However, I doubt that it will happen that Obama will be impeached; the "Little Emperor" seems to get by with about anything he pleases. Since he has stated publicly that  "McCain didn't ask about his Muslim religion", and also said other similar statements, I certainly am one who thinks he is a Muslim supporter, if not one himself.

Be that as it may, this timing of arranging Bergdahl's release (and the subsequent news of his being a deserter), have come at the most convenient time for Obama to distract the American public from the VA Hospital scandal. Overnight, it has all but disappeared from the news, and our veterans are pushed onto the back burner once again.
The actual truth is, this exchange has been in the news since February (reported by Fox News), but was then kept secret until Obama was ready to use to ingratiate himself with the veterans .
However, I think that the plan backfired, since it has turned out that the "captured American hero" is not a hero at all, and also caused the death or injury of many soldiers trying to save a person that now turns out to be little more than a deserter.

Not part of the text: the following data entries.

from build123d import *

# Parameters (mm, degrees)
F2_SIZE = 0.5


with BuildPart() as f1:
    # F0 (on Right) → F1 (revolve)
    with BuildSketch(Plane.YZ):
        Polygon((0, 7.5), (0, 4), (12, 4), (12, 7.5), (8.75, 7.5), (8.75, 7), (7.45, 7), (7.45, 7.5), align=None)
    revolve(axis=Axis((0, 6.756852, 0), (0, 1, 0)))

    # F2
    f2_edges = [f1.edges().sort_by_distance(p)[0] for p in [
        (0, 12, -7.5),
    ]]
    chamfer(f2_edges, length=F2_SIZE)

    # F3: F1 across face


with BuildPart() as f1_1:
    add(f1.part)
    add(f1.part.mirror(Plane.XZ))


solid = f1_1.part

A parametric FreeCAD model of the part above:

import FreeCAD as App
import Part
import Sketcher

V = App.Vector
Q = App.Units.Quantity


def edges_at(feature, points):
    """Names of the edges that pass closest to the given points."""
    edges = feature.Shape.Edges
    near = lambda p: min(range(len(edges)), key=lambda i: edges[i].distToShape(Part.Vertex(*p))[0])
    return sorted({f"Edge{near(p) + 1}" for p in points})

doc = App.newDocument("Part")
body = doc.addObject("PartDesign::Body", "Body")

sketch1 = body.newObject("Sketcher::SketchObject", "Sketch")
sketch1.AttachmentSupport = (doc.getObject("YZ_Plane"), [""])
sketch1.MapMode = "FlatFace"
sketch1.addGeometry(Part.LineSegment(V(0, 7.5, 0), V(0, 4, 0)), False)
sketch1.addGeometry(Part.LineSegment(V(0, 4, 0), V(12, 4, 0)), False)
sketch1.addGeometry(Part.LineSegment(V(12, 4, 0), V(12, 7.5, 0)), False)
sketch1.addGeometry(Part.LineSegment(V(12, 7.5, 0), V(8.8, 7.5, 0)), False)
sketch1.addGeometry(Part.LineSegment(V(8.8, 7.5, 0), V(8.8, 7, 0)), False)
sketch1.addGeometry(Part.LineSegment(V(8.8, 7, 0), V(7.5, 7, 0)), False)
sketch1.addGeometry(Part.LineSegment(V(7.5, 7, 0), V(7.5, 7.5, 0)), False)
sketch1.addGeometry(Part.LineSegment(V(7.5, 7.5, 0), V(0, 7.5, 0)), False)
sketch1.addConstraint(Sketcher.Constraint("Coincident", 0, 2, 1, 1))
sketch1.addConstraint(Sketcher.Constraint("Coincident", 1, 2, 2, 1))
sketch1.addConstraint(Sketcher.Constraint("Coincident", 2, 2, 3, 1))
sketch1.addConstraint(Sketcher.Constraint("Coincident", 3, 2, 4, 1))
sketch1.addConstraint(Sketcher.Constraint("Coincident", 4, 2, 5, 1))
sketch1.addConstraint(Sketcher.Constraint("Coincident", 5, 2, 6, 1))
sketch1.addConstraint(Sketcher.Constraint("Coincident", 6, 2, 7, 1))
sketch1.addConstraint(Sketcher.Constraint("Coincident", 7, 2, 0, 1))
sketch1.addConstraint(Sketcher.Constraint("Vertical", 0))
sketch1.addConstraint(Sketcher.Constraint("Horizontal", 1))
sketch1.addConstraint(Sketcher.Constraint("Vertical", 2))
sketch1.addConstraint(Sketcher.Constraint("Horizontal", 3))
sketch1.addConstraint(Sketcher.Constraint("Vertical", 4))
sketch1.addConstraint(Sketcher.Constraint("Horizontal", 5))
sketch1.addConstraint(Sketcher.Constraint("Vertical", 6))
sketch1.addConstraint(Sketcher.Constraint("Horizontal", 7))
sketch1.addConstraint(Sketcher.Constraint("PointOnObject", 0, 2, -2))
sketch1.addConstraint(Sketcher.Constraint("Horizontal", 3, 2, 6, 2))
sketch1.addConstraint(Sketcher.Constraint("DistanceX", 1, 1, 1, 2, Q("12 mm")))
sketch1.addConstraint(Sketcher.Constraint("DistanceX", 5, 2, 5, 1, Q("1.3 mm")))
sketch1.addConstraint(Sketcher.Constraint("DistanceY", 0, 2, 0, 1, Q("3.5 mm")))
sketch1.addConstraint(Sketcher.Constraint("DistanceY", 4, 2, 4, 1, Q("0.5 mm")))
sketch1.addConstraint(Sketcher.Constraint("DistanceY", -1, 1, 0, 2, Q("4 mm")))
sketch1.addConstraint(Sketcher.Constraint("DistanceX", 3, 2, 3, 1, Q("3.25 mm")))
revolution = body.newObject("PartDesign::Revolution", "Revolution")
revolution.Profile = sketch1
revolution.ReferenceAxis = (sketch1, ["H_Axis"])
revolution.Angle = 360
doc.recompute()

chamfer = body.newObject("PartDesign::Chamfer", "Chamfer")
chamfer.Base = (revolution, edges_at(revolution, [(0, 12, -7.5)]))
chamfer.Size = 0.5
body2 = doc.addObject("PartDesign::Body", "Body001")
doc.recompute()

body2.BaseFeature = body
doc.recompute()

mirroring = doc.addObject("Part::Mirroring", "Mirroring")
mirroring.Source = body
mirroring.Base = V(0, 0, 0)
mirroring.Normal = V(0, -1, 0)
body3 = doc.addObject("PartDesign::Body", "Body002")
body3.BaseFeature = mirroring
boolean = body2.newObject("PartDesign::Boolean", "Boolean")
boolean.Type = "Fuse"
boolean.addObjects([body3])
doc.recompute()
mirroring.Visibility = False

doc.recompute()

http://www.foxnews.com/politics/201...oner-swap-with-taliban-to-free-american-pow/#


----------



## drifter (Jun 3, 2014)

I stand corrected, Misty.


----------



## Kaya (Jun 3, 2014)

The WH has issued an apology for breaking the law.

http://www.aol.com/article/2014/06/...d=maing-grid7|main5|dl1|sec1_lnk2&pLid=483857

Kinda like shutting the barn door after 5 horses got out, in my opinion.


----------



## Ina (Jun 3, 2014)

I wish our problems could be made to go way with just an apology, but I guess the fact that we are supposed to have a vote has the same effect. It doesn't count.


----------



## Kaya (Jun 3, 2014)

Yeah. I know. Sigh.


----------



## mellow (Jun 3, 2014)

As an outsider looking in, it seems to me that President Obama has done a good job keeping the US out of another war for nearly two terms. I get the feeling that John McCain, although a brave war hero, likes wars, he went to Syria and tried to jump start one there and now he gives the impression that he would like nothing better than to go to war with Putin. I would much prefer an American President like Obama because if the US goes to war, as our buddy, we (Australia) will get dragged in to support you. Just sayin....


----------



## Kaya (Jun 3, 2014)

Politics is an iffy subject so I will refrain from discussing Obama himself and what I think of him...which is not very good. Instead, I will say that this latest brouhaha stinks. Especially with this guy who is not a hero in my opinion, but a deserter and not worth 5 taliban members being set free....or how they were set free by the POTUS breaking the LAW. Period.


----------



## Kaya (Jun 3, 2014)

Hmm. A petition already in progress to have Bergdahl tried for desertion of his post.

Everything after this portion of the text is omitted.